A custom end-to-end analytics platform for customer churn

An end to end data pipeline that models and visualizes customer churn. The project blends together concepts from data engineering, analytics engineering, and machine learning. Please check the README for a more detailed exposition on the project.

The dashboard can be accessed here.

Overview #

This project was developed to:

Employ various elements of the modern data stack
Be applied to a somewhat realistic business use case
Serve as a template for others to learn from and use via extensive documentation

Project Architecture #

For this project, the Telco Customer Churn data module which is a sample dataset on IBM’s Cognos Analytics platform is used. This seemed like the best representative considering the difficulty in finding a decent dataset for the use case.

The dataset is then used to train two models. The first is a Gaussian Copula Synthesizer to produce synthetic data with characteristics similar to the original. This is done since there is not much data to go around and serves as a rudimentary imitation of data entering the database, The second is an LGBModel which is a product of using FLAML’s AutoML implementation on the data, and its purpose is to predict churn status for a particular user.

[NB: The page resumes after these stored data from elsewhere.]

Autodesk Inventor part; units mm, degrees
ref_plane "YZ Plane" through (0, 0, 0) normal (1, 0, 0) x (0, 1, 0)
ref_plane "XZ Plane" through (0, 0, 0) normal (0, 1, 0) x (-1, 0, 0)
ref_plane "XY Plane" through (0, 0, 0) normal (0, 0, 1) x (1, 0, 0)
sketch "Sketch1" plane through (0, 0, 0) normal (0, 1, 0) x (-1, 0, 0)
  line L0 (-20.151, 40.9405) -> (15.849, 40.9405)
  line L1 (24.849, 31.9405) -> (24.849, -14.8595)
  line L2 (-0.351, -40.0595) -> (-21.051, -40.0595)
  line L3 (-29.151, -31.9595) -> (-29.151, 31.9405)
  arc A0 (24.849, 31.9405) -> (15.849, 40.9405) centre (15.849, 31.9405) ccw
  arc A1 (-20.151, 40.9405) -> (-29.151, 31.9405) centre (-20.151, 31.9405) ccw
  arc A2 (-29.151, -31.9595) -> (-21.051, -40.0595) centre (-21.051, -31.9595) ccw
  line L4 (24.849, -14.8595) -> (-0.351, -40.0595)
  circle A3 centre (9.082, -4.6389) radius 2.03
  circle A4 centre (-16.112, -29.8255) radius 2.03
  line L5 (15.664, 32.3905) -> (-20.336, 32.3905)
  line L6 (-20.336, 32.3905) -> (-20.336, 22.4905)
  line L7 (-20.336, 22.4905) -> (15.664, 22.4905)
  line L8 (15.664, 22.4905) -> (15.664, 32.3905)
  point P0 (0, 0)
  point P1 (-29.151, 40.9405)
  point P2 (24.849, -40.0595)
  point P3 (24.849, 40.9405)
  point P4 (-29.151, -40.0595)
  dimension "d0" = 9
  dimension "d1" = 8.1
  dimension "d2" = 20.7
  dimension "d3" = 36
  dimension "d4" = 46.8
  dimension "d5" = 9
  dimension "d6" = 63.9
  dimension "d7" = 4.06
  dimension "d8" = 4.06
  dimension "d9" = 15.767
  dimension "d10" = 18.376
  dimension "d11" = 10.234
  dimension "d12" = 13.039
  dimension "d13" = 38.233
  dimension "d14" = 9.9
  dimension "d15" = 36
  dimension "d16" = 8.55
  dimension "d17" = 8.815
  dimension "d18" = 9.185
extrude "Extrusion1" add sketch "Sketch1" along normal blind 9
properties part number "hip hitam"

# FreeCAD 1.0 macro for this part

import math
import FreeCAD as App
import Part
import Sketcher
from FreeCAD import Vector
Q = App.Units.Quantity


def add_polygon(sketch, points):
    """Adds a closed chain of lines whose ends are joined by coincident constraints."""
    first, n = sketch.GeometryCount, len(points)
    for a, b in zip(points, points[1:] + points[:1]):
        sketch.addGeometry(Part.LineSegment(App.Vector(*a, 0), App.Vector(*b, 0)), False)
    for i in range(n):
        sketch.addConstraint(Sketcher.Constraint("Coincident", first + i, 2, first + (i + 1) % n, 1))

doc = App.newDocument("Part")
body = doc.addObject("PartDesign::Body", "Body")

sketch1 = doc.addObject("Sketcher::SketchObject", "Sketch")
body.addObject(sketch1)
sketch1.AttachmentSupport = (doc.XZ_Plane, [""])
sketch1.MapMode = "FlatFace"
sketch1.addGeometry(Part.LineSegment(Vector(-15.8, 40.9, 0), Vector(20.2, 40.9, 0)), False)
sketch1.addGeometry(Part.ArcOfCircle(Part.Circle(Vector(20.2, 31.9, 0), Vector(0, 0, 1), 9), math.radians(0), math.radians(90)), False)
sketch1.addGeometry(Part.LineSegment(Vector(29.2, 31.9, 0), Vector(29.2, -32, 0)), False)
sketch1.addGeometry(Part.ArcOfCircle(Part.Circle(Vector(21.1, -32, 0), Vector(0, 0, 1), 8.1), math.radians(-90), math.radians(0)), False)
sketch1.addGeometry(Part.LineSegment(Vector(21.1, -40.1, 0), Vector(0.4, -40.1, 0)), False)
sketch1.addGeometry(Part.LineSegment(Vector(0.4, -40.1, 0), Vector(-24.8, -14.9, 0)), False)
sketch1.addGeometry(Part.LineSegment(Vector(-24.8, -14.9, 0), Vector(-24.8, 31.9, 0)), False)
sketch1.addGeometry(Part.ArcOfCircle(Part.Circle(Vector(-15.8, 31.9, 0), Vector(0, 0, 1), 9), math.radians(90), math.radians(180)), False)
sketch1.addGeometry(Part.Circle(Vector(16.1, -29.8, 0), Vector(0, 0, 1), 2), False)
sketch1.addGeometry(Part.Circle(Vector(-9.1, -4.6, 0), Vector(0, 0, 1), 2), False)
add_polygon(sketch1, [(20.3, 32.4), (-15.7, 32.4), (-15.7, 22.5), (20.3, 22.5)])
sketch1.addConstraint([
    Sketcher.Constraint("Tangent", 0, 2, 1, 2),
    Sketcher.Constraint("Tangent", 1, 1, 2, 1),
    Sketcher.Constraint("Tangent", 2, 2, 3, 2),
    Sketcher.Constraint("Tangent", 3, 1, 4, 1),
    Sketcher.Constraint("Coincident", 4, 2, 5, 1),
    Sketcher.Constraint("Coincident", 5, 2, 6, 1),
    Sketcher.Constraint("Tangent", 6, 2, 7, 2),
    Sketcher.Constraint("Tangent", 7, 1, 0, 1),
    Sketcher.Constraint("Horizontal", 0),
    Sketcher.Constraint("Vertical", 2),
    Sketcher.Constraint("Horizontal", 4),
    Sketcher.Constraint("Vertical", 6),
    Sketcher.Constraint("Horizontal", 10),
    Sketcher.Constraint("Vertical", 11),
    Sketcher.Constraint("Horizontal", 12),
    Sketcher.Constraint("Vertical", 13),
    Sketcher.Constraint("Equal", 1, 7),
    Sketcher.Constraint("Equal", 8, 9),
    Sketcher.Constraint("Equal", 0, 10),
    Sketcher.Constraint("Radius", 1, Q("9 mm")),
    Sketcher.Constraint("Radius", 3, Q("8.1 mm")),
    Sketcher.Constraint("Diameter", 8, Q("4.06 mm")),
    Sketcher.Constraint("DistanceX", 0, 1, 0, 2, Q("36 mm")),
    Sketcher.Constraint("DistanceX", 4, 2, 4, 1, Q("20.7 mm")),
    Sketcher.Constraint("DistanceY", 2, 2, 2, 1, Q("63.9 mm")),
    Sketcher.Constraint("DistanceY", 6, 1, 6, 2, Q("46.8 mm")),
    Sketcher.Constraint("DistanceY", 11, 2, 11, 1, Q("9.9 mm")),
    Sketcher.Constraint("DistanceY", 10, 2, 7, 1, Q("8.55 mm")),
    Sketcher.Constraint("DistanceX", 9, 3, 1, 1, Q("38.233 mm")),
    Sketcher.Constraint("DistanceX", 8, 3, 1, 1, Q("13.039 mm")),
    Sketcher.Constraint("DistanceY", 3, 1, 8, 3, Q("10.234 mm")),
    Sketcher.Constraint("DistanceX", 6, 2, 10, 2, Q("9.185 mm")),
    Sketcher.Constraint("DistanceX", -1, 1, 1, 3, Q("20.151 mm")),
    Sketcher.Constraint("DistanceY", 9, 3, -1, 1, Q("4.639 mm")),
    Sketcher.Constraint("DistanceY", -1, 1, 1, 3, Q("31.9405 mm")),
])
pad1 = doc.addObject("PartDesign::Pad", "Pad")
body.addObject(pad1)
pad1.Profile = sketch1
pad1.Length = 9
pad1.Reversed = True

doc.recompute()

Both models are hosted via FastAPI and are accessed this way. Airflow is then used to orchestrate the pulling of data from the Synthesizer, obtaining churn status prediction for said data from the classification model, generating a ULID for each customer, and writing it all to a Postgres database. Airflow is also used to trigger dbt afterward to run tests and apply necessary transformations. The data is modeled after the star schema and is finally visualized as a dashboard using Metabase.

Almost all of the services above run in their own docker containers, as seen in the diagram. These containers are running on a GCP VM, provisioned via Terraform. Finally, GitHub Actions facilitates CD, as changes made to this repo are reflected in the VM.

Some points to consider #

Keep in mind that predicting customer churn is a rather sophisticated use case and is difficult to get right. AutoML was only employed to obtain a viable baseline model, and this is how it should be applied most of the time. Check out Fighting Churn with Data for a more comprehensive outlook on modelling customer churn.
The original dataset has been transformed and can be found here. This is the dataset the models have been trained on.
As mentioned earlier, the various elements which comprise this project have tried to be documented. Most files should have accompanying comments to facilitate understanding, and more high level system design justifications can be found in the README.